Segment Open

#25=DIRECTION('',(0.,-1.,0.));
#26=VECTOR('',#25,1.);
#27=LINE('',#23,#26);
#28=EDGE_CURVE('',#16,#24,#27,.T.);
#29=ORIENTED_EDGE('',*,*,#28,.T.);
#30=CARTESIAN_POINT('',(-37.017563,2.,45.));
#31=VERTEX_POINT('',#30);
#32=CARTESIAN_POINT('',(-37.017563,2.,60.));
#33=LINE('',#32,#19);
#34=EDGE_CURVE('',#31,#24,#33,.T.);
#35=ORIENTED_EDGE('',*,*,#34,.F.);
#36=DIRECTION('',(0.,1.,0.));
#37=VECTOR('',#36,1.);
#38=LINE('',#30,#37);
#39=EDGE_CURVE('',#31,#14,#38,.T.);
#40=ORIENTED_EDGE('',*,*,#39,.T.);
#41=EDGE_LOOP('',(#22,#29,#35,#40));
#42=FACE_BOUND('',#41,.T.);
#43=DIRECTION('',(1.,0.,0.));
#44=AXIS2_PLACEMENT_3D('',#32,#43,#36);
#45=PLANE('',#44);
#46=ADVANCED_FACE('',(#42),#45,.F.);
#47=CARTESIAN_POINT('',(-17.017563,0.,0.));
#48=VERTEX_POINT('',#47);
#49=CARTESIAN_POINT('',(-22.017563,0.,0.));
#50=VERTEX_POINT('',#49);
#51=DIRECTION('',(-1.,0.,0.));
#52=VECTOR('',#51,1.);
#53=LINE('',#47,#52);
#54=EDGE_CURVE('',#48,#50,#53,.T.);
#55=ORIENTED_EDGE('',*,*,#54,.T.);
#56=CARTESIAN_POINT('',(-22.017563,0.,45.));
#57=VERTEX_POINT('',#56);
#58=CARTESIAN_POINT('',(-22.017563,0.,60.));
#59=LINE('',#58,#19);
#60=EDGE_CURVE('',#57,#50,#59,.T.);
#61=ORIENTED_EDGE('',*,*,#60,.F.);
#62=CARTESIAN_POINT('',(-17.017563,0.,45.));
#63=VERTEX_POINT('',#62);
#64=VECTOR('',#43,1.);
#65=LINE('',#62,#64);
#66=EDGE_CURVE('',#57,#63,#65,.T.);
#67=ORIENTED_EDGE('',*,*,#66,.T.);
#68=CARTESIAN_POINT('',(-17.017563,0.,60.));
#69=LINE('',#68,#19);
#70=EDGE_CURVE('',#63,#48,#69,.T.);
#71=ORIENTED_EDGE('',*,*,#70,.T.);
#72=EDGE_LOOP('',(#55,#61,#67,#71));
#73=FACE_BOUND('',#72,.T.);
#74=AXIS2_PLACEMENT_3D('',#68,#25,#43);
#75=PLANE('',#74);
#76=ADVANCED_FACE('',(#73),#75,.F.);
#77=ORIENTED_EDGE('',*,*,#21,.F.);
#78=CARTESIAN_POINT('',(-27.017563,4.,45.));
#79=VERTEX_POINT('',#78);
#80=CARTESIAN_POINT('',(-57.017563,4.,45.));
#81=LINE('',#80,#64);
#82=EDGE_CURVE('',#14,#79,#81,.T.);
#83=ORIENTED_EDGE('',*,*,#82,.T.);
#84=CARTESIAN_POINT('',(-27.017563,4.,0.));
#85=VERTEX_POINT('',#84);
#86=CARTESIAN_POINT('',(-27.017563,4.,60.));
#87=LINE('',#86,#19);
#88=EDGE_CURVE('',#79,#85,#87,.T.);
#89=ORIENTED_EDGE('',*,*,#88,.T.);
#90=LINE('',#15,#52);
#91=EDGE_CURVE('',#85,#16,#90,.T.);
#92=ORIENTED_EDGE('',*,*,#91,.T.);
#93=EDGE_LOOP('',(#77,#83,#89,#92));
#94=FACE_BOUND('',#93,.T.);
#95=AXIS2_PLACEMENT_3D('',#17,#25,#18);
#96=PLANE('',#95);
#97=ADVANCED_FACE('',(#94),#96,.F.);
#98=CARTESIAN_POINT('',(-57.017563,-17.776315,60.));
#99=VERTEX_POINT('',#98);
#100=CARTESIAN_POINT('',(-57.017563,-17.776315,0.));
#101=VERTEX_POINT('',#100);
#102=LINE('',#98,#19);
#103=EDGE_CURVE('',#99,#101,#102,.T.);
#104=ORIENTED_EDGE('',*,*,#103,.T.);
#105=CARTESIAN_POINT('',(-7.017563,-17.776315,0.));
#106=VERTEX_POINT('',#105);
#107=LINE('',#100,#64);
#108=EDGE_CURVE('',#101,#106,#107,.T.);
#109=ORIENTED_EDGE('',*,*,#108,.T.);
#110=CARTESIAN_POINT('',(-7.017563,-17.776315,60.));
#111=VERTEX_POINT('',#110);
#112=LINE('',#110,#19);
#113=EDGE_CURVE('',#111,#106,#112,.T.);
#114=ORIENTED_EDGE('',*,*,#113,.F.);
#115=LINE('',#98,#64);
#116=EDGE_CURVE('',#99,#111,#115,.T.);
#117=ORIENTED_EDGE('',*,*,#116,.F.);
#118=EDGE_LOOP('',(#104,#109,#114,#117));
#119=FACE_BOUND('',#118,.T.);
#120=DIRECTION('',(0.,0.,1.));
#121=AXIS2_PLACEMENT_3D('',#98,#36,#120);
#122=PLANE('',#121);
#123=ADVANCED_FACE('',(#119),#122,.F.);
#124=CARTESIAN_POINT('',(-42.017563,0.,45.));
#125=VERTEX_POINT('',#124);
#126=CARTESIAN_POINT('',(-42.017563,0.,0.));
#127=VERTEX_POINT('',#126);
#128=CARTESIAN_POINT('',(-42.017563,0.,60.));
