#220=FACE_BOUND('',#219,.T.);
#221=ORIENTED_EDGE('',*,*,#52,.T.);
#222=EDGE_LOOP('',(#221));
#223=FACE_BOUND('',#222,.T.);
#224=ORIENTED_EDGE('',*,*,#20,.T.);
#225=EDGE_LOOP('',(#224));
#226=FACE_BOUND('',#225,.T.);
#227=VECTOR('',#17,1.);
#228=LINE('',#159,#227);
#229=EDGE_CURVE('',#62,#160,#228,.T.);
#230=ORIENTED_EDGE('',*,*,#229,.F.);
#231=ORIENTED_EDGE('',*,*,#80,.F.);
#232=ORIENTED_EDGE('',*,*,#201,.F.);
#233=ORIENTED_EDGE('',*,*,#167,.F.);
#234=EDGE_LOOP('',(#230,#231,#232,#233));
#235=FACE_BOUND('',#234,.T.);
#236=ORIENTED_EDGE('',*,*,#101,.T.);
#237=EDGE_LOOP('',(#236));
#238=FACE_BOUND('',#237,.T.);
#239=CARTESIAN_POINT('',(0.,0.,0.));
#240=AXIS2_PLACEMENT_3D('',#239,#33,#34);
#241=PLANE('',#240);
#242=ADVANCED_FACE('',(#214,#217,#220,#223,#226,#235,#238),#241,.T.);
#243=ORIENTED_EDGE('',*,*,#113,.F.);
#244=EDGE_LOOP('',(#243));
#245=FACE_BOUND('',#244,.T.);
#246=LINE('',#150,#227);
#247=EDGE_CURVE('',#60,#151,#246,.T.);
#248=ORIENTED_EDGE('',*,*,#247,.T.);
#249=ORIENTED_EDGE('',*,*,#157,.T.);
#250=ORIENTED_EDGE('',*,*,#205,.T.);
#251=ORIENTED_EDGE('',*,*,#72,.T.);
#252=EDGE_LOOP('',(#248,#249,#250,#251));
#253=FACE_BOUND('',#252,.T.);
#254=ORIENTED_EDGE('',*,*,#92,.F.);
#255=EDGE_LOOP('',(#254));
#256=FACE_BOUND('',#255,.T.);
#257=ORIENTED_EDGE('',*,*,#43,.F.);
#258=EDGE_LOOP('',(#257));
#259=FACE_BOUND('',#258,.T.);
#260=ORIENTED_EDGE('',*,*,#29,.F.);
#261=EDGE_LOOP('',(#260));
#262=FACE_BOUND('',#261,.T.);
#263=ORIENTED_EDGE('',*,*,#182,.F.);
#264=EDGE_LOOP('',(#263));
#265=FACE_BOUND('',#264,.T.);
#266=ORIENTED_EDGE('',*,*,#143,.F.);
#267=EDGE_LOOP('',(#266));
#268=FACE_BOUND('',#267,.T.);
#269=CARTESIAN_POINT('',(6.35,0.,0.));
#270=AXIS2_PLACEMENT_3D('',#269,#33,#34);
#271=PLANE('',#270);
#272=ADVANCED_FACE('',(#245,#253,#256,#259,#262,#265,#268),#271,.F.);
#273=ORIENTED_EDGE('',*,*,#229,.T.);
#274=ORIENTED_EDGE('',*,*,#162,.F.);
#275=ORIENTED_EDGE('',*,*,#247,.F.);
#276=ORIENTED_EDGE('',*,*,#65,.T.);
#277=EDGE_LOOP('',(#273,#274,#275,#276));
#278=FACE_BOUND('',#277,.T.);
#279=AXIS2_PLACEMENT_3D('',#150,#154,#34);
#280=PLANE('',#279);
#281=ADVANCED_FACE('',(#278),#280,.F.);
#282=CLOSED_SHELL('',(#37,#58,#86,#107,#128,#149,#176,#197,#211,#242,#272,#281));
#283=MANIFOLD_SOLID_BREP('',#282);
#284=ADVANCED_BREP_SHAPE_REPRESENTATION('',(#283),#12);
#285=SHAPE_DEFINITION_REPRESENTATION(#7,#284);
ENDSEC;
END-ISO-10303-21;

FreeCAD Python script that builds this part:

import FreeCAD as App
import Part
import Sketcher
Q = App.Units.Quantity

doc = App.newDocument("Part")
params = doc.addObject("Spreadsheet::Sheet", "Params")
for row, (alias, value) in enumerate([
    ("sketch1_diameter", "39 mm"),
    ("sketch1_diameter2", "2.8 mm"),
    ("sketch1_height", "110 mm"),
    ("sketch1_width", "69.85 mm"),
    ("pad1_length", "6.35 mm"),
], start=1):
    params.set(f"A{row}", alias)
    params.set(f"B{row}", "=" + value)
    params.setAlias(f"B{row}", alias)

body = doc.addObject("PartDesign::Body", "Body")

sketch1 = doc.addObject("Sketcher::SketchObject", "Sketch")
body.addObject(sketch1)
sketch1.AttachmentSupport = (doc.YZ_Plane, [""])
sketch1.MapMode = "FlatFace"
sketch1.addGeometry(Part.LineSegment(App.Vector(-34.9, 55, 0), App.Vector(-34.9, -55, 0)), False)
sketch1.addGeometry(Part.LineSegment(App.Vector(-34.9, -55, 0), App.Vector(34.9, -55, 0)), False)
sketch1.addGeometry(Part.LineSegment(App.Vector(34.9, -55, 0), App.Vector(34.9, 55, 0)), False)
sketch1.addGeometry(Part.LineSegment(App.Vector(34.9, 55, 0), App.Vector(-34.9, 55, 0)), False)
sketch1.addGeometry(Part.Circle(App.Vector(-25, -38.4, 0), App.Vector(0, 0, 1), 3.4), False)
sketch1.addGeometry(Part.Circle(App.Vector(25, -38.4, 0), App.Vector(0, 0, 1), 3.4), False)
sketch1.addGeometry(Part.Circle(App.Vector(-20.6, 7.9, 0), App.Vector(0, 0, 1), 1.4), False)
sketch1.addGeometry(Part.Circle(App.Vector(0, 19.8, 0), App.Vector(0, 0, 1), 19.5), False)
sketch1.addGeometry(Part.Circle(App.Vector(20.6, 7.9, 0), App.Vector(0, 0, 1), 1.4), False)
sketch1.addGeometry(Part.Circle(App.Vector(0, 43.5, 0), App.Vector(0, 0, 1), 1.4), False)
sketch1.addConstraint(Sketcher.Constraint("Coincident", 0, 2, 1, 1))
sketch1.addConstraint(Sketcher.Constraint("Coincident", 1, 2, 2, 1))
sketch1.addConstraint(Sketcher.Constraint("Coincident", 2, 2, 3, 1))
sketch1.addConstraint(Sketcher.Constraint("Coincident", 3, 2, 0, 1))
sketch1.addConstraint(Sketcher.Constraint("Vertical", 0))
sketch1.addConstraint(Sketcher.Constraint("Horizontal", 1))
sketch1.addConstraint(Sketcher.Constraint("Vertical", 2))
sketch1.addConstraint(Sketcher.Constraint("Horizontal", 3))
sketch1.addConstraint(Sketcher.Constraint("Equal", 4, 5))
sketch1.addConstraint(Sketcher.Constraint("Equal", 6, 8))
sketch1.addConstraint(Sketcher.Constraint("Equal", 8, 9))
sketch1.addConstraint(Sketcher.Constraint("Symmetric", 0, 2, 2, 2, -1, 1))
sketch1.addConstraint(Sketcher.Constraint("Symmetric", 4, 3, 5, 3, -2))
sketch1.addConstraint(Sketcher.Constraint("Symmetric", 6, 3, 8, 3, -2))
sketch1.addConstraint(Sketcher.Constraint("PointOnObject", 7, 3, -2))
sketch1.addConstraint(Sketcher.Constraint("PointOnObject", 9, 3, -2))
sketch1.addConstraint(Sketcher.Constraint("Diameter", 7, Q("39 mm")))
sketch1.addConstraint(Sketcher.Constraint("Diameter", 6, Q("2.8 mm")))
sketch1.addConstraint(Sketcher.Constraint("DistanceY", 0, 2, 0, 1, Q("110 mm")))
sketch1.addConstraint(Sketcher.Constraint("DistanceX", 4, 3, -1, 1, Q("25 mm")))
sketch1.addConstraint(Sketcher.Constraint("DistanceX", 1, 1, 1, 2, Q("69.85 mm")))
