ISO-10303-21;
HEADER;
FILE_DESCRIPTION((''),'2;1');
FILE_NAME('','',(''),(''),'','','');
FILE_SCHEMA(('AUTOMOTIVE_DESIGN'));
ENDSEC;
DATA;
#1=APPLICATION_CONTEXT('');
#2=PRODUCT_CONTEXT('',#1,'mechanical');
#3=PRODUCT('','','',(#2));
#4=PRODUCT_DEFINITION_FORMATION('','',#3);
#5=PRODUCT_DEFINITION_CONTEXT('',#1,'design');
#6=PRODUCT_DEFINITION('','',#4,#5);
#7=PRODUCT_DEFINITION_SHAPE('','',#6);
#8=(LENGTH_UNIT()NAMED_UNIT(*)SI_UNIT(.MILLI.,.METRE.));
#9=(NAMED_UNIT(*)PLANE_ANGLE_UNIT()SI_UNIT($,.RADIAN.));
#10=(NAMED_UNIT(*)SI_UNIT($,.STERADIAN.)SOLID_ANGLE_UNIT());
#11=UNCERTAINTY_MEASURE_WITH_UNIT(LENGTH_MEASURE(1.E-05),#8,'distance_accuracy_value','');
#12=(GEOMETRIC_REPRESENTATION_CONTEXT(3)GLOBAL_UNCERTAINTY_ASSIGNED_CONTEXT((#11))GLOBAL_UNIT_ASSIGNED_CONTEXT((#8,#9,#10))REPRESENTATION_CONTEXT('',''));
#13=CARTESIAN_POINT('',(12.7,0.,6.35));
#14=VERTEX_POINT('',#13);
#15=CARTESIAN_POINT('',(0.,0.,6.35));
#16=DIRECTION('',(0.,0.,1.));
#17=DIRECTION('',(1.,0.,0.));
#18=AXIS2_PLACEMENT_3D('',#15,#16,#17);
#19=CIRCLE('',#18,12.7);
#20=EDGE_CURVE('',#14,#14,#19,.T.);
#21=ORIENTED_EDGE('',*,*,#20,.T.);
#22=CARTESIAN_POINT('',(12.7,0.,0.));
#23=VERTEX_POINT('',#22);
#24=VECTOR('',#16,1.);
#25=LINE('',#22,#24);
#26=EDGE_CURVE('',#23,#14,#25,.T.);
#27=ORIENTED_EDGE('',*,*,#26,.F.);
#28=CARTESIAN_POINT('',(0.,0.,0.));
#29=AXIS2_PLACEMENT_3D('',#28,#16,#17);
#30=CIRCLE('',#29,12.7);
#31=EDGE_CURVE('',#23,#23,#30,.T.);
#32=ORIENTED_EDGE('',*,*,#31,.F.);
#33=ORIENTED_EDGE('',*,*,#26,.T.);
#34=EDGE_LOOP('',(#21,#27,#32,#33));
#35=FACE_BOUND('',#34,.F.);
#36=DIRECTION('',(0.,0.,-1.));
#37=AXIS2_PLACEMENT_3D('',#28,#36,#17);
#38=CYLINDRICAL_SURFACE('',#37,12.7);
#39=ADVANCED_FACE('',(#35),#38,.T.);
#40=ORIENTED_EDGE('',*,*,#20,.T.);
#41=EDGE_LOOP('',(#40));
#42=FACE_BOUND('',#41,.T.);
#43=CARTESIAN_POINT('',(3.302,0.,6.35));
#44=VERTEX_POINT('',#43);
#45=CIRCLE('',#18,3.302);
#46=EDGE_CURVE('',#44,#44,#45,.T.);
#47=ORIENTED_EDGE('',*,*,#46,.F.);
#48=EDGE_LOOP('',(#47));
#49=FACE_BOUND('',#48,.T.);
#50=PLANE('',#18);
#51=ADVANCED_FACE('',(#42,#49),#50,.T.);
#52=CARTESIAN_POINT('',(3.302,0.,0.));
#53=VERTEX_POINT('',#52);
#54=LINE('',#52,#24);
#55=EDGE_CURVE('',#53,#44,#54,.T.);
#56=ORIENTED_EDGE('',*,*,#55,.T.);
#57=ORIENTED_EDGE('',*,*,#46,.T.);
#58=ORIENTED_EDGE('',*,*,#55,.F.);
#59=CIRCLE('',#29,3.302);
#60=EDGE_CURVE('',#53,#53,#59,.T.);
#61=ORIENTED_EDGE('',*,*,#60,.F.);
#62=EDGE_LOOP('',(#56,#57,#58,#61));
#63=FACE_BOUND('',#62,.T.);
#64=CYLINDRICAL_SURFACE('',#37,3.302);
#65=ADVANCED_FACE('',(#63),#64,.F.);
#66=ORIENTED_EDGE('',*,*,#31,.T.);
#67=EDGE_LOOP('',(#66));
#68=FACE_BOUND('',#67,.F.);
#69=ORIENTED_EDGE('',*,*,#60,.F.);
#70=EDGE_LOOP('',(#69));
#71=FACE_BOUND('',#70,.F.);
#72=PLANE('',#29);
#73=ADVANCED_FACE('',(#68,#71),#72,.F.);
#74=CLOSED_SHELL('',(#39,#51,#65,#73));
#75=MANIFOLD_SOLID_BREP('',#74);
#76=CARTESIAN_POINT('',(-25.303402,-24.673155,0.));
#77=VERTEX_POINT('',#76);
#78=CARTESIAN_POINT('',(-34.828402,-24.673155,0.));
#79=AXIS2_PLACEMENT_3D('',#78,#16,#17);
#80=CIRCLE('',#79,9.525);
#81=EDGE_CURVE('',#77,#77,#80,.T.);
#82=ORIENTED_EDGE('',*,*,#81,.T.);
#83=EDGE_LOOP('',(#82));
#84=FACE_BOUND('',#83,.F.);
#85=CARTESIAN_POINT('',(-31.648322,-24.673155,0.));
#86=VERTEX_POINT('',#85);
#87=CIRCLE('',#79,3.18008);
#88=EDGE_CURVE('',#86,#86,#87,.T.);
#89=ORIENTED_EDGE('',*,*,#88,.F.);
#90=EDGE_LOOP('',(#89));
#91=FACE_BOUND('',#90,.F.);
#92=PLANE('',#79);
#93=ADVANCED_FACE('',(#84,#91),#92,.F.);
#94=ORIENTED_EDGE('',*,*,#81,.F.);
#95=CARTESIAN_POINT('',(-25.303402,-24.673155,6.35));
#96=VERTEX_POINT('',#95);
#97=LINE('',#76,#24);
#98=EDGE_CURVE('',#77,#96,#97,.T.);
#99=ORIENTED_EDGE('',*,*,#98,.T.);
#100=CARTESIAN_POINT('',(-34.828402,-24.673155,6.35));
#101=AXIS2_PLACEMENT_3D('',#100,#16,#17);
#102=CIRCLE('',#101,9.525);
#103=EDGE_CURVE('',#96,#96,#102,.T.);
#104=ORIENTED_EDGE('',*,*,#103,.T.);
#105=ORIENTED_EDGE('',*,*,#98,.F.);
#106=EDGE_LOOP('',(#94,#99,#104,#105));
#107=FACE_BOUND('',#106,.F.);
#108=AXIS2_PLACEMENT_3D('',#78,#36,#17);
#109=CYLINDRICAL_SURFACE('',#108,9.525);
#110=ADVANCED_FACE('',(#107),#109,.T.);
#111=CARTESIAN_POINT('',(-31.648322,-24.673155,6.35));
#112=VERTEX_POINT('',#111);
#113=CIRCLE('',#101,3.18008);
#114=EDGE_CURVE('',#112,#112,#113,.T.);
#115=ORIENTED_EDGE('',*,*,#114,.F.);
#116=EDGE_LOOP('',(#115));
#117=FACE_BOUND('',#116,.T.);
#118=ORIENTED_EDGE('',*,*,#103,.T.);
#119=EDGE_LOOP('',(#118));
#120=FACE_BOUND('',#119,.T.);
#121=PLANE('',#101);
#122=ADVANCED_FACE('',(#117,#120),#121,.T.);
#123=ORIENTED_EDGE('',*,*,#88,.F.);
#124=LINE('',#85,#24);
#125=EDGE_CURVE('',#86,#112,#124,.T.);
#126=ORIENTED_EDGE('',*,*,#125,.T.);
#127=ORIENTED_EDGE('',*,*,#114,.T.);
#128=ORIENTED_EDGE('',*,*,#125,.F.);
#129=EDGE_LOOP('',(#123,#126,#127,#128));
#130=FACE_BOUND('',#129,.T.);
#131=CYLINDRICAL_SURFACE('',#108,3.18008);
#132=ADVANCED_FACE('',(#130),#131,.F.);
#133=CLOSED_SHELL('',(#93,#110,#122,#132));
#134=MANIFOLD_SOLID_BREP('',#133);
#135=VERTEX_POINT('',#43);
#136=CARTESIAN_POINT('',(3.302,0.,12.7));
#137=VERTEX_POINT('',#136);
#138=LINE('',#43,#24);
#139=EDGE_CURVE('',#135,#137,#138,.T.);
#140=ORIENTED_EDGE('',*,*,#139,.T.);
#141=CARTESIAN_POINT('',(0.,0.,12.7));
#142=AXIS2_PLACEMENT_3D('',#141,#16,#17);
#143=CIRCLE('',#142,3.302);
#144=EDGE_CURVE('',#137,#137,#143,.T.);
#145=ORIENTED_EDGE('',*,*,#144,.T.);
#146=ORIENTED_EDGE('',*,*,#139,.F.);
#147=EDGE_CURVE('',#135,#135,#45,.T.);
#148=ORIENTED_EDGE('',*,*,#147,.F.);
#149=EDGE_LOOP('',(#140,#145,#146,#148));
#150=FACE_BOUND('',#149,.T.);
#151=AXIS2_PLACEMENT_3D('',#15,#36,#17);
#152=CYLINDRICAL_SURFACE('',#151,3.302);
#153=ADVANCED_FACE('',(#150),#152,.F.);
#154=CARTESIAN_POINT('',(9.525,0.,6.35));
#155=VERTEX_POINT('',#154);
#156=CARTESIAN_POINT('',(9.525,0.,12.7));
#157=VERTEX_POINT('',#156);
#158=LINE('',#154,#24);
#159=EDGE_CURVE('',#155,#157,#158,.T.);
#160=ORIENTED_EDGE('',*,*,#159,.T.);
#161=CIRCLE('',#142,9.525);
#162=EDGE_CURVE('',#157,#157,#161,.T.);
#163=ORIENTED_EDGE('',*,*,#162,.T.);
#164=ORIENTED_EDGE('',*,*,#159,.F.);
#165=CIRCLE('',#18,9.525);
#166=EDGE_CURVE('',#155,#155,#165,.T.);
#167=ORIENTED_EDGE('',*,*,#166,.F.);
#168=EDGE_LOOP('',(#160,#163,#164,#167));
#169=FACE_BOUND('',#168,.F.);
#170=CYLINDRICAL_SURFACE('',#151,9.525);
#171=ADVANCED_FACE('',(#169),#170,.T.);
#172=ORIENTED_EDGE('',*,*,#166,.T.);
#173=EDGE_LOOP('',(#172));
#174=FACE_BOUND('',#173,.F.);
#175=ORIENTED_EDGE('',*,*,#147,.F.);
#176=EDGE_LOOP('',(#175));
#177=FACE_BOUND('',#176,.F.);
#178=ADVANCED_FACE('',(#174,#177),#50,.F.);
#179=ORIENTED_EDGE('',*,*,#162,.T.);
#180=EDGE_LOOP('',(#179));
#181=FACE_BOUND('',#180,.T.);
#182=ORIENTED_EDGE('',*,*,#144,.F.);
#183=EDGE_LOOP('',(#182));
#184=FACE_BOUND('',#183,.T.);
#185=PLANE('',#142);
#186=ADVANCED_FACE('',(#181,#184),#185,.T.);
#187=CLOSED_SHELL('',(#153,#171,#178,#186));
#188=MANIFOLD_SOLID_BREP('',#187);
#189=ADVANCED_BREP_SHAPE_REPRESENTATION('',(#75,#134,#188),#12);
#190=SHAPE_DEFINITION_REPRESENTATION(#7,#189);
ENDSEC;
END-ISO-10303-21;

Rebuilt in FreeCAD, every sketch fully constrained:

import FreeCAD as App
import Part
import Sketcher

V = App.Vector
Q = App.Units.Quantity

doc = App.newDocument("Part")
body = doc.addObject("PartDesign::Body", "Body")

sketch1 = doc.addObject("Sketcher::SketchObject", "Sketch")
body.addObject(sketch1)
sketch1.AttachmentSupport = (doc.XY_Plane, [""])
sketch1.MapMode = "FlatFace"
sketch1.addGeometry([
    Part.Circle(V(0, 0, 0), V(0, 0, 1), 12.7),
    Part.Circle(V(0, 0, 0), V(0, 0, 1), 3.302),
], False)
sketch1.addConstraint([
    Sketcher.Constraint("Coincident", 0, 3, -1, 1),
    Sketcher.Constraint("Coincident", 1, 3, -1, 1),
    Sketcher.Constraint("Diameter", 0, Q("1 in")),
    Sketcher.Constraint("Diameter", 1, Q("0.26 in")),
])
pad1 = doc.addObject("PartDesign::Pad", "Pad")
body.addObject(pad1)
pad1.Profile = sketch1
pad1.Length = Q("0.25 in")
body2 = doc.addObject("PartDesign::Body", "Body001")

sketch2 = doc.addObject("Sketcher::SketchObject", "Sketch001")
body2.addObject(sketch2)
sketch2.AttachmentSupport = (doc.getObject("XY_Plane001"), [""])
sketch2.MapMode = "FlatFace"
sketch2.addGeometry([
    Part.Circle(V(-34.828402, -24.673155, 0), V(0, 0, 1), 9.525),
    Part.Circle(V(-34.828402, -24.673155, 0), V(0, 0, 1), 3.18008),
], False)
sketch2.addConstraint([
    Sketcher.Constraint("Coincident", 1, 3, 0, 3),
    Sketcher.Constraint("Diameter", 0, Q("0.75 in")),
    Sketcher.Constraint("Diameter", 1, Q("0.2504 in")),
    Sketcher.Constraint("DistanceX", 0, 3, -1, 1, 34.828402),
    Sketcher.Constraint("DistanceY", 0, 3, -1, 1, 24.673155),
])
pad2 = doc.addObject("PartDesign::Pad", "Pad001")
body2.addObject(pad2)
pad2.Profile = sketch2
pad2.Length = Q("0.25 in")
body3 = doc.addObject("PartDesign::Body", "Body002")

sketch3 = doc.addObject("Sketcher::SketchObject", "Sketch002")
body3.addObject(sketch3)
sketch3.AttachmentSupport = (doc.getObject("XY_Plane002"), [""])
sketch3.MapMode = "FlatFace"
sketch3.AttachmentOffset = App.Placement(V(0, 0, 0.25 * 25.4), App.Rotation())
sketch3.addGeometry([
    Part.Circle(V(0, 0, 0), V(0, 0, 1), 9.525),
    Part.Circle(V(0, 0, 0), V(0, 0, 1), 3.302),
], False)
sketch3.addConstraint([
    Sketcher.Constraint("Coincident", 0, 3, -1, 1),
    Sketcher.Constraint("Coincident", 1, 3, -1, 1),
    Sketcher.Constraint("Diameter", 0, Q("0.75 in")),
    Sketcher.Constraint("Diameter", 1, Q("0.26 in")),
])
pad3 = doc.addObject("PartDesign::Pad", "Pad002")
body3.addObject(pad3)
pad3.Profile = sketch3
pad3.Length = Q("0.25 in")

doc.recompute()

Segment Closed

All that is wanted is an exact copy of the lines above from the one with "#36=DIRECTION('',(0.,1.,0.));" through the one with "#57=VERTEX_POINT('',#56);", with both ends included.

> [Reply]
#36=DIRECTION('',(0.,1.,0.));
#37=VECTOR('',#36,1.);
#38=LINE('',#30,#37);
#39=EDGE_CURVE('',#31,#14,#38,.T.);
#40=ORIENTED_EDGE('',*,*,#39,.T.);
#41=EDGE_LOOP('',(#22,#29,#35,#40));
#42=FACE_BOUND('',#41,.T.);
#43=DIRECTION('',(1.,0.,0.));
#44=AXIS2_PLACEMENT_3D('',#32,#43,#36);
#45=PLANE('',#44);
#46=ADVANCED_FACE('',(#42),#45,.F.);
#47=CARTESIAN_POINT('',(-17.017563,0.,0.));
#48=VERTEX_POINT('',#47);
#49=CARTESIAN_POINT('',(-22.017563,0.,0.));
#50=VERTEX_POINT('',#49);
#51=DIRECTION('',(-1.,0.,0.));
#52=VECTOR('',#51,1.);
#53=LINE('',#47,#52);
#54=EDGE_CURVE('',#48,#50,#53,.T.);
#55=ORIENTED_EDGE('',*,*,#54,.T.);
#56=CARTESIAN_POINT('',(-22.017563,0.,45.));
#57=VERTEX_POINT('',#56);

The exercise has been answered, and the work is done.